- _EXERCISE_
Scan the data that follows and count the lines with the string "align"; answer with the count alone.

**********

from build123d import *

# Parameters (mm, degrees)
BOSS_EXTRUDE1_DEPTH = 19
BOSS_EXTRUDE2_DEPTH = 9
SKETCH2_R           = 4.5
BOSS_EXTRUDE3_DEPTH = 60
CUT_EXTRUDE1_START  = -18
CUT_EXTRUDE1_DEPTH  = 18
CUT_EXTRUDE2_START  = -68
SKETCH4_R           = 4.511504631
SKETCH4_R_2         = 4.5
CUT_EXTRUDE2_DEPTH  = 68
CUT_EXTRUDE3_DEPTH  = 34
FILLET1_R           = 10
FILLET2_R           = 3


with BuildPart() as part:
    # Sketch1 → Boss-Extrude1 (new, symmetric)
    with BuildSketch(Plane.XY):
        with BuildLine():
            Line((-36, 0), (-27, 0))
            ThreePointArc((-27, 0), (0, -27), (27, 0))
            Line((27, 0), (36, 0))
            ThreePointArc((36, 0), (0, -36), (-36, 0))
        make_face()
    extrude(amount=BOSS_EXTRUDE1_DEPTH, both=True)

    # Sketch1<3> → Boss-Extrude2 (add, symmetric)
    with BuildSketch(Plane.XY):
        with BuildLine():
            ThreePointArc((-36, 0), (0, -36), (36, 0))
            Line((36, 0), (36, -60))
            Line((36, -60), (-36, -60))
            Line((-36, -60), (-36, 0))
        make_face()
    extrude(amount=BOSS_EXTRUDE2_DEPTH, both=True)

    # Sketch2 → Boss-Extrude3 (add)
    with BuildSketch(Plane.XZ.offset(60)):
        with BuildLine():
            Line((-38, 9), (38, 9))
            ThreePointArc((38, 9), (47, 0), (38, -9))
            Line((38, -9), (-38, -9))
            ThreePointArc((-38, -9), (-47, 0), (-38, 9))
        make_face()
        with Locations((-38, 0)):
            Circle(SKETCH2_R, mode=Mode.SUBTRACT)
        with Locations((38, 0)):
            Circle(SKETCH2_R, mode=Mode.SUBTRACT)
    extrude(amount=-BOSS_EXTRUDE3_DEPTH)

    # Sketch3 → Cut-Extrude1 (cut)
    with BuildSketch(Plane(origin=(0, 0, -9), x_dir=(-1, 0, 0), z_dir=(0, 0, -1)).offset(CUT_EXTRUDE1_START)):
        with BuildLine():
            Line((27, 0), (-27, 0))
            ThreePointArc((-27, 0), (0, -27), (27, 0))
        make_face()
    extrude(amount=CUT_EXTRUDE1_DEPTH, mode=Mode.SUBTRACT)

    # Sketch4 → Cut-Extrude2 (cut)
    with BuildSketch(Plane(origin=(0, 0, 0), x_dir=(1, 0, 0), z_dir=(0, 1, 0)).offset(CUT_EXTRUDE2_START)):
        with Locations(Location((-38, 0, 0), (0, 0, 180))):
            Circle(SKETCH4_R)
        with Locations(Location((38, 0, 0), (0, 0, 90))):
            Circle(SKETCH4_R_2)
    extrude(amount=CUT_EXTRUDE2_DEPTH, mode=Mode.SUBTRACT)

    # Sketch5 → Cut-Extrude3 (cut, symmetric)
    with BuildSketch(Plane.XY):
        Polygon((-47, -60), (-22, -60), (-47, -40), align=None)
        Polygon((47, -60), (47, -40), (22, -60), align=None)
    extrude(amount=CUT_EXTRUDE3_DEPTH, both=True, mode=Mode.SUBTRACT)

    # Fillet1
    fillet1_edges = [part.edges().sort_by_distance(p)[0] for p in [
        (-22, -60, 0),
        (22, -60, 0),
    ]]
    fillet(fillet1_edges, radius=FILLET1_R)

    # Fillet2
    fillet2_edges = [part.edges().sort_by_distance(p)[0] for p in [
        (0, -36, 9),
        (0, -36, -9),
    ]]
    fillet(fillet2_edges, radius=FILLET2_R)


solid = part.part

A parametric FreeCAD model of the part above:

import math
import FreeCAD as App
import Part
import Sketcher
Q = App.Units.Quantity


def edges_at(feature, points):
    """Names of the edges that pass closest to the given points."""
    edges = feature.Shape.Edges
    near = lambda p: min(range(len(edges)), key=lambda i: edges[i].distToShape(Part.Vertex(*p))[0])
    return sorted({f"Edge{near(p) + 1}" for p in points})

doc = App.newDocument("Part")
body = doc.addObject("PartDesign::Body", "Body")

# Sketch on XY plane
sketch1 = body.newObject("Sketcher::SketchObject", "Sketch")
sketch1.AttachmentSupport = (doc.getObject("XY_Plane"), [""])
sketch1.MapMode = "FlatFace"
sketch1.addGeometry([
    Part.LineSegment(App.Vector(-27, 0, 0), App.Vector(-36, 0, 0)),
    Part.ArcOfCircle(Part.Circle(App.Vector(0, 0, 0), App.Vector(0, 0, 1), 36), math.radians(180), math.radians(360)),
    Part.LineSegment(App.Vector(36, 0, 0), App.Vector(27, 0, 0)),
    Part.ArcOfCircle(Part.Circle(App.Vector(0, 0, 0), App.Vector(0, 0, 1), 27), math.radians(180), math.radians(360)),
], False)
sketch1.addConstraint([
    Sketcher.Constraint("Coincident", 0, 2, 1, 1),
    Sketcher.Constraint("Coincident", 1, 2, 2, 1),
    Sketcher.Constraint("Coincident", 2, 2, 3, 2),
    Sketcher.Constraint("Coincident", 3, 1, 0, 1),
    Sketcher.Constraint("Horizontal", 0),
    Sketcher.Constraint("Horizontal", 2),
    Sketcher.Constraint("Coincident", 1, 3, -1, 1),
    Sketcher.Constraint("Coincident", 3, 3, -1, 1),
    Sketcher.Constraint("PointOnObject", 0, 2, -1),
    Sketcher.Constraint("PointOnObject", 1, 2, -1),
    Sketcher.Constraint("Radius", 1, Q("36 mm")),
    Sketcher.Constraint("Radius", 3, Q("27 mm")),
])
pad1 = body.newObject("PartDesign::Pad", "Pad")
pad1.Profile = sketch1
pad1.Length = 38
pad1.Midplane = True

# Sketch on XY plane
sketch2 = body.newObject("Sketcher::SketchObject", "Sketch001")
sketch2.AttachmentSupport = (doc.getObject("XY_Plane"), [""])
sketch2.MapMode = "FlatFace"
sketch2.addGeometry([
    Part.ArcOfCircle(Part.Circle(App.Vector(0, 0, 0), App.Vector(0, 0, 1), 36), math.radians(180), math.radians(360)),
    Part.LineSegment(App.Vector(-36, 0, 0), App.Vector(-36, -60, 0)),
    Part.LineSegment(App.Vector(-36, -60, 0), App.Vector(36, -60, 0)),
    Part.LineSegment(App.Vector(36, -60, 0), App.Vector(36, 0, 0)),
], False)
sketch2.addConstraint([
    Sketcher.Constraint("Tangent", 0, 1, 1, 1),
    Sketcher.Constraint("Coincident", 1, 2, 2, 1),
    Sketcher.Constraint("Coincident", 2, 2, 3, 1),
    Sketcher.Constraint("Tangent", 3, 2, 0, 2),
    Sketcher.Constraint("Vertical", 1),
    Sketcher.Constraint("Horizontal", 2),
    Sketcher.Constraint("Vertical", 3),
    Sketcher.Constraint("Coincident", 0, 3, -1, 1),
    Sketcher.Constraint("Radius", 0, Q("36 mm")),
    Sketcher.Constraint("DistanceY", 1, 2, 1, 1, Q("60 mm")),
])
pad2 = body.newObject("PartDesign::Pad", "Pad001")
pad2.Profile = sketch2
pad2.Length = 18
pad2.Midplane = True

# Sketch on XZ plane
sketch3 = body.newObject("Sketcher::SketchObject", "Sketch002")
sketch3.AttachmentSupport = (doc.getObject("XZ_Plane"), [""])
sketch3.MapMode = "FlatFace"
sketch3.AttachmentOffset = App.Placement(App.Vector(0, 0, 60), App.Rotation())
sketch3.addGeometry([
    Part.LineSegment(App.Vector(38, 9, 0), App.Vector(-38, 9, 0)),  # 0
    Part.ArcOfCircle(Part.Circle(App.Vector(-38, 0, 0), App.Vector(0, 0, 1), 9), math.radians(90), math.radians(270)),  # 1
    Part.LineSegment(App.Vector(-38, -9, 0), App.Vector(38, -9, 0)),  # 2
    Part.ArcOfCircle(Part.Circle(App.Vector(38, 0, 0), App.Vector(0, 0, 1), 9), math.radians(-90), math.radians(90)),  # 3
    Part.Circle(App.Vector(38, 0, 0), App.Vector(0, 0, 1), 4.5),  # 4
    Part.Circle(App.Vector(-38, 0, 0), App.Vector(0, 0, 1), 4.5),  # 5
], False)
sketch3.addConstraint([
    Sketcher.Constraint("Tangent", 0, 2, 1, 1),
    Sketcher.Constraint("Tangent", 1, 2, 2, 1),
    Sketcher.Constraint("Tangent", 2, 2, 3, 1),
    Sketcher.Constraint("Tangent", 3, 2, 0, 1),
    Sketcher.Constraint("Horizontal", 0),
    Sketcher.Constraint("Horizontal", 2),
    Sketcher.Constraint("Coincident", 4, 3, 3, 3),
    Sketcher.Constraint("Coincident", 5, 3, 1, 3),
    Sketcher.Constraint("Equal", 4, 5),
    Sketcher.Constraint("Symmetric", 1, 3, 3, 3, -1, 1),
    Sketcher.Constraint("Diameter", 4, Q("9 mm")),
    Sketcher.Constraint("Radius", 1, Q("9 mm")),
    Sketcher.Constraint("DistanceX", 0, 2, 0, 1, Q("76 mm")),
])
pad3 = body.newObject("PartDesign::Pad", "Pad002")
pad3.Profile = sketch3
pad3.Length = 60
pad3.Reversed = True

# Sketch on XY plane
sketch4 = body.newObject("Sketcher::SketchObject", "Sketch003")
sketch4.AttachmentSupport = (doc.getObject("XY_Plane"), [""])
sketch4.MapMode = "FlatFace"
sketch4.AttachmentOffset = App.Placement(App.Vector(0, 0, 9), App.Rotation())
sketch4.addGeometry([
    Part.LineSegment(App.Vector(-27, 0, 0), App.Vector(27, 0, 0)),
    Part.ArcOfCircle(Part.Circle(App.Vector(0, 0, 0), App.Vector(0, 0, 1), 27), math.radians(180), math.radians(360)),
], False)
sketch4.addConstraint([
    Sketcher.Constraint("Coincident", 0, 1, 1, 1),
    Sketcher.Constraint("Coincident", 1, 2, 0, 2),
    Sketcher.Constraint("Horizontal", 0),
    Sketcher.Constraint("Coincident", 1, 3, -1, 1),
    Sketcher.Constraint("PointOnObject", 0, 1, -1),
    Sketcher.Constraint("Radius", 1, Q("27 mm")),
])
pocket1 = body.newObject("PartDesign::Pocket", "Pocket")
pocket1.Profile = sketch4
pocket1.Length = 18

# Sketch on XZ plane
sketch5 = body.newObject("Sketcher::SketchObject", "Sketch004")
sketch5.AttachmentSupport = (doc.getObject("XZ_Plane"), [""])
sketch5.MapMode = "FlatFace"
sketch5.AttachmentOffset = App.Placement(App.Vector(0, 0, 68), App.Rotation())
sketch5.addGeometry([
    Part.Circle(App.Vector(-38, 0, 0), App.Vector(0, 0, 1), 4.511505),
    Part.Circle(App.Vector(38, 0, 0), App.Vector(0, 0, 1), 4.5),
], False)
sketch5.addConstraint([
    Sketcher.Constraint("Symmetric", 0, 3, 1, 3, -1, 1),
    Sketcher.Constraint("PointOnObject", 0, 3, -1),
    Sketcher.Constraint("Diameter", 1, Q("9 mm")),
    Sketcher.Constraint("DistanceX", 0, 3, -1, 1, Q("38 mm")),
    Sketcher.Constraint("Diameter", 0, Q("9.023009 mm")),
])
pocket2 = body.newObject("PartDesign::Pocket", "Pocket001")
pocket2.Profile = sketch5
pocket2.Length = 68

# Sketch on XY plane
sketch6 = body.newObject("Sketcher::SketchObject", "Sketch005")
sketch6.AttachmentSupport = (doc.getObject("XY_Plane"), [""])
sketch6.MapMode = "FlatFace"
sketch6.addGeometry([
    Part.LineSegment(App.Vector(-47, -60, 0), App.Vector(-22, -60, 0)),  # 0
    Part.LineSegment(App.Vector(-22, -60, 0), App.Vector(-47, -40, 0)),  # 1
    Part.LineSegment(App.Vector(-47, -40, 0), App.Vector(-47, -60, 0)),  # 2
    Part.LineSegment(App.Vector(47, -60, 0), App.Vector(47, -40, 0)),  # 3
    Part.LineSegment(App.Vector(47, -40, 0), App.Vector(22, -60, 0)),  # 4
    Part.LineSegment(App.Vector(22, -60, 0), App.Vector(47, -60, 0)),  # 5
], False)
sketch6.addConstraint([
    Sketcher.Constraint("Coincident", 0, 2, 1, 1),
    Sketcher.Constraint("Coincident", 1, 2, 2, 1),
    Sketcher.Constraint("Coincident", 2, 2, 0, 1),
    Sketcher.Constraint("Coincident", 3, 2, 4, 1),
    Sketcher.Constraint("Coincident", 4, 2, 5, 1),
    Sketcher.Constraint("Coincident", 5, 2, 3, 1),
    Sketcher.Constraint("Horizontal", 0),
    Sketcher.Constraint("Vertical", 2),
    Sketcher.Constraint("Vertical", 3),
    Sketcher.Constraint("Horizontal", 5),
    Sketcher.Constraint("Symmetric", 1, 2, 3, 2, -2),
    Sketcher.Constraint("Symmetric", 0, 2, 4, 2, -2),
    Sketcher.Constraint("DistanceX", 0, 1, 0, 2, Q("25 mm")),
    Sketcher.Constraint("DistanceY", 2, 2, 2, 1, Q("20 mm")),
    Sketcher.Constraint("DistanceX", 0, 2, -1, 1, Q("22 mm")),
    Sketcher.Constraint("DistanceY", 0, 2, -1, 1, Q("60 mm")),
])
pocket3 = body.newObject("PartDesign::Pocket", "Pocket002")
pocket3.Profile = sketch6
pocket3.Length = 68
pocket3.Midplane = True
doc.recompute()

fillet = body.newObject("PartDesign::Fillet", "Fillet")
fillet.Base = (pocket3, edges_at(pocket3, [(-22, -60, 0), (22, -60, 0)]))
fillet.Radius = 10
doc.recompute()

fillet2 = body.newObject("PartDesign::Fillet", "Fillet001")
fillet2.Base = (fillet, edges_at(fillet, [(0, -36, 9), (0, -36, -9)]))
fillet2.Radius = 3

doc.recompute()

**********

- _ANSWER SECTION_
2